*** Opening DATA RECORDS ***

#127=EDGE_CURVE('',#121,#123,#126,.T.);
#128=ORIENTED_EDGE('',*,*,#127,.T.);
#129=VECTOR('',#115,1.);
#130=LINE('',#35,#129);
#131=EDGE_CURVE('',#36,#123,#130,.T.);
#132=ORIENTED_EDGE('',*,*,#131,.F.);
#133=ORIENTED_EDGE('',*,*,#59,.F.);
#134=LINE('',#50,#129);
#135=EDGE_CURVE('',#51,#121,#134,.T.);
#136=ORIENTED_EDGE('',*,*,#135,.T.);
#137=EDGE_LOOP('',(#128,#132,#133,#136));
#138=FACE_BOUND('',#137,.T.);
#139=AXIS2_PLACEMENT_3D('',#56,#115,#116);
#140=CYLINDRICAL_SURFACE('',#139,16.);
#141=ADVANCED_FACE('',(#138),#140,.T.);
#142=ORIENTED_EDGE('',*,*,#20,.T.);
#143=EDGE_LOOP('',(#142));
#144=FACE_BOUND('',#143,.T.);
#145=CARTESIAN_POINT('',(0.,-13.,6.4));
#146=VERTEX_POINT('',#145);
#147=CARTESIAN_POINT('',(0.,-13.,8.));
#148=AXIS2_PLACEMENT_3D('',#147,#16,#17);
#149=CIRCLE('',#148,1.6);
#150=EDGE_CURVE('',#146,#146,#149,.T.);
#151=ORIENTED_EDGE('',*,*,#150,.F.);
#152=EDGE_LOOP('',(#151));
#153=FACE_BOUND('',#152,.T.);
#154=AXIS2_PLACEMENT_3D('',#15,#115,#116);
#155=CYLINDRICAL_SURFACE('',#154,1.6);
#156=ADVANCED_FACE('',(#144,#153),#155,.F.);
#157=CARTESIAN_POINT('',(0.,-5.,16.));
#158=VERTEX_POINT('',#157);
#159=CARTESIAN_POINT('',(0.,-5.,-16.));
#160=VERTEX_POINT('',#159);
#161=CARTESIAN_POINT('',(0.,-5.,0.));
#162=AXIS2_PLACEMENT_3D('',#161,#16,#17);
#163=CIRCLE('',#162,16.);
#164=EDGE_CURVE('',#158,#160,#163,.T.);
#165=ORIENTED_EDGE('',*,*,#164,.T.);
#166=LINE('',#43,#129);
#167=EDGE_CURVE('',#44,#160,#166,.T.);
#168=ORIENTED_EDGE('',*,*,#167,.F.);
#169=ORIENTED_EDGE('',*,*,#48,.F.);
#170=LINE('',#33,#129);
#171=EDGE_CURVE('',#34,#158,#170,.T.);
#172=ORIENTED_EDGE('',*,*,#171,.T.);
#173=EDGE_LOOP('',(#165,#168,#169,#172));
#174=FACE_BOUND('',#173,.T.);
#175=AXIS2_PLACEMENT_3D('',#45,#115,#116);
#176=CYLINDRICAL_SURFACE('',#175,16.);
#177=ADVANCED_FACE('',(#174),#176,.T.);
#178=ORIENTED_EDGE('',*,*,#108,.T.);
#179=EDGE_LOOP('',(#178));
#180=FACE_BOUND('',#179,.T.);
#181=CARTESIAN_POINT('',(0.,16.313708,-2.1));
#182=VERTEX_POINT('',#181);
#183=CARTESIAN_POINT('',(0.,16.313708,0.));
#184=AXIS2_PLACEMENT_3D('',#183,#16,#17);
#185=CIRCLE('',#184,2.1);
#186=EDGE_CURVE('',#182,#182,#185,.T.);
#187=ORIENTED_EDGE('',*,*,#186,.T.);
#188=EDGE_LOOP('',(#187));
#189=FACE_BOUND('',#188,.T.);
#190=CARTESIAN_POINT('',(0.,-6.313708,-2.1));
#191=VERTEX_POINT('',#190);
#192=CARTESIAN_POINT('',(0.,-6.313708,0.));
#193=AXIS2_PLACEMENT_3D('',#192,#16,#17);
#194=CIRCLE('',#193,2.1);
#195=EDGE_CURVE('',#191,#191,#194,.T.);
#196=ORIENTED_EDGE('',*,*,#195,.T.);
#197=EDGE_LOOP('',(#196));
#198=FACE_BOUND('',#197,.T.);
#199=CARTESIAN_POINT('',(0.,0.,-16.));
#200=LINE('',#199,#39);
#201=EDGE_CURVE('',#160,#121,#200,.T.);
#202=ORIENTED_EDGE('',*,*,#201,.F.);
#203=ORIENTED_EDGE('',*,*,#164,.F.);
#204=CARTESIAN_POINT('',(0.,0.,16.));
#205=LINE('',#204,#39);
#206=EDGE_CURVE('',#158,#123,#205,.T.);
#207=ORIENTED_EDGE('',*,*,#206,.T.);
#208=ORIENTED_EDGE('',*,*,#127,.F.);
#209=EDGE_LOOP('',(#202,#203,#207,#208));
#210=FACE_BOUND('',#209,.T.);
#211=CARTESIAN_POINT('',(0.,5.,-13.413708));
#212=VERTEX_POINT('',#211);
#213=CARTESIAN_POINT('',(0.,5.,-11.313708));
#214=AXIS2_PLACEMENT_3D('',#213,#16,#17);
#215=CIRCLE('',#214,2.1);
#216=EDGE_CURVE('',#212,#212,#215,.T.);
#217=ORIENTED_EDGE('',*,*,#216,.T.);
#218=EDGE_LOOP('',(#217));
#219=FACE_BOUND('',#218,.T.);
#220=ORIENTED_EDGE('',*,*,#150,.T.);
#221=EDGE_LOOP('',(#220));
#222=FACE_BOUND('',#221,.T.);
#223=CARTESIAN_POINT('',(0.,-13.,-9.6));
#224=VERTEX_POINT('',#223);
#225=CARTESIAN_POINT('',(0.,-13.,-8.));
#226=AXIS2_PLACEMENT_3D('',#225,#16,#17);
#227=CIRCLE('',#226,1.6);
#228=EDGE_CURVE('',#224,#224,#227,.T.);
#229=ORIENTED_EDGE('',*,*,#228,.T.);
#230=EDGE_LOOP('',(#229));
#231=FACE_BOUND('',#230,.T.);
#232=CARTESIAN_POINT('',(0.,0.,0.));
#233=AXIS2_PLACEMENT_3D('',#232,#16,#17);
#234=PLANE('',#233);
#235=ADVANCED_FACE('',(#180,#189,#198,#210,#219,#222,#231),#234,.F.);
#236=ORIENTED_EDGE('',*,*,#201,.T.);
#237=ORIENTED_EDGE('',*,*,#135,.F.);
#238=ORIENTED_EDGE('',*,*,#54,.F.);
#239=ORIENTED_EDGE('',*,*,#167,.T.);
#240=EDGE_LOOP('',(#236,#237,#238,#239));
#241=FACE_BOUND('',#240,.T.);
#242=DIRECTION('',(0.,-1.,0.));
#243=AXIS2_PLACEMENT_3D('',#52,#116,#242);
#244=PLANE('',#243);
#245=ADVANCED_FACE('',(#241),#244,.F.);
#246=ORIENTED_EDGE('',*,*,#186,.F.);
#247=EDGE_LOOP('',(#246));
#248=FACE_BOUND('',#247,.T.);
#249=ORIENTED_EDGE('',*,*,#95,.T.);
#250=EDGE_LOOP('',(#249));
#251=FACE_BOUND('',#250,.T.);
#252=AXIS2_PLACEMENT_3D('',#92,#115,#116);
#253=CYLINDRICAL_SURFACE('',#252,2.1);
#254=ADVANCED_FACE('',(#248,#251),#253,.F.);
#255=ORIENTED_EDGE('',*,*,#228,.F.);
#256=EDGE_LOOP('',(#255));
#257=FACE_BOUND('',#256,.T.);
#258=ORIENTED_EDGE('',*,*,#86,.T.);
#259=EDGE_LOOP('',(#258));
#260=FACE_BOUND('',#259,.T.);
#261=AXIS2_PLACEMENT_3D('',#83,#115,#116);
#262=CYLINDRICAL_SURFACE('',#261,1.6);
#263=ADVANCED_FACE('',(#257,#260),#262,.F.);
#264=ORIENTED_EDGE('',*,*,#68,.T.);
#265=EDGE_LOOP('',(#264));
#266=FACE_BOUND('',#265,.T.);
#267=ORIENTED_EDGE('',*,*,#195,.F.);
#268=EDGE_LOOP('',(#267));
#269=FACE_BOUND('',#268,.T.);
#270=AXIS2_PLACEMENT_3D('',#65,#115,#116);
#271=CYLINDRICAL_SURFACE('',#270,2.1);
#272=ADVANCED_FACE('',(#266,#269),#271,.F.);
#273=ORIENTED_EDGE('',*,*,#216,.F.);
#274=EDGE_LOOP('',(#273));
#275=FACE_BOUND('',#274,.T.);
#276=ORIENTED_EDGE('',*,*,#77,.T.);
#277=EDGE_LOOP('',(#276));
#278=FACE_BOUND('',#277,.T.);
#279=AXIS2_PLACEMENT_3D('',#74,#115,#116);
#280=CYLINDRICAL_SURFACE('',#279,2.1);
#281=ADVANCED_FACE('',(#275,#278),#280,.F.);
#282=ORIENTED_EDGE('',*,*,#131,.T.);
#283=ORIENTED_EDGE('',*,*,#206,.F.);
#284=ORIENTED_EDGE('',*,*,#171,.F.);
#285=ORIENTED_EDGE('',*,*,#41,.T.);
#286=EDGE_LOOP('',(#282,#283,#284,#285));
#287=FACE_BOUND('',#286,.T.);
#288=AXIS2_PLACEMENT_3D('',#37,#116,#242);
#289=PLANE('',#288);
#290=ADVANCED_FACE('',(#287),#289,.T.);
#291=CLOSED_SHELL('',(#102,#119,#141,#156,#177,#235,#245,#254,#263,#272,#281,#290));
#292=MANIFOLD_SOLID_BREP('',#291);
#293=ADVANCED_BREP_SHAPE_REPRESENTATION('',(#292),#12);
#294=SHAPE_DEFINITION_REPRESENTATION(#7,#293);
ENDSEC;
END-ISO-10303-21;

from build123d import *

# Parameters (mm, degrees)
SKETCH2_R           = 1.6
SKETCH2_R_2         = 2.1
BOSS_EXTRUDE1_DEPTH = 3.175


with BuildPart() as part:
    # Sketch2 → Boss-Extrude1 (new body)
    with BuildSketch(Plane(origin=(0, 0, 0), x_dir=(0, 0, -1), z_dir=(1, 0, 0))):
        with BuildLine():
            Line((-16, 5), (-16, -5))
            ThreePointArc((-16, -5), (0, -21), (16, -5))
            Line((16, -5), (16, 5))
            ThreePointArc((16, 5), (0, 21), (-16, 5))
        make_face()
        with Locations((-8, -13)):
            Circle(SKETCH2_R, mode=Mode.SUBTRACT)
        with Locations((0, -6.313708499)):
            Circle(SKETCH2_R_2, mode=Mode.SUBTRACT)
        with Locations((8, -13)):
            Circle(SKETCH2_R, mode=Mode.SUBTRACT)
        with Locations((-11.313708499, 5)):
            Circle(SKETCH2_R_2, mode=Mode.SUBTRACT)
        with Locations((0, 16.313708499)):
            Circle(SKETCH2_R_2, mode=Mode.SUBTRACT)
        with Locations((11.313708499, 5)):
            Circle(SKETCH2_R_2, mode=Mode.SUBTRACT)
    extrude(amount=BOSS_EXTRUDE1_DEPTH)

*** Closing DATA RECORDS ***

- [WHAT YOU NEED TO DO]:
Look back at the entries above. Retype the line with "#225=CARTESIAN_POINT('',(0.,-13.,-8.));", the line with "#233=AXIS2_PLACEMENT_3D('',#232,#16,#17);", and all lines in between.

- [OUTPUT FOR THIS TASK]:
#225=CARTESIAN_POINT('',(0.,-13.,-8.));
#226=AXIS2_PLACEMENT_3D('',#225,#16,#17);
#227=CIRCLE('',#226,1.6);
#228=EDGE_CURVE('',#224,#224,#227,.T.);
#229=ORIENTED_EDGE('',*,*,#228,.T.);
#230=EDGE_LOOP('',(#229));
#231=FACE_BOUND('',#230,.T.);
#232=CARTESIAN_POINT('',(0.,0.,0.));
#233=AXIS2_PLACEMENT_3D('',#232,#16,#17);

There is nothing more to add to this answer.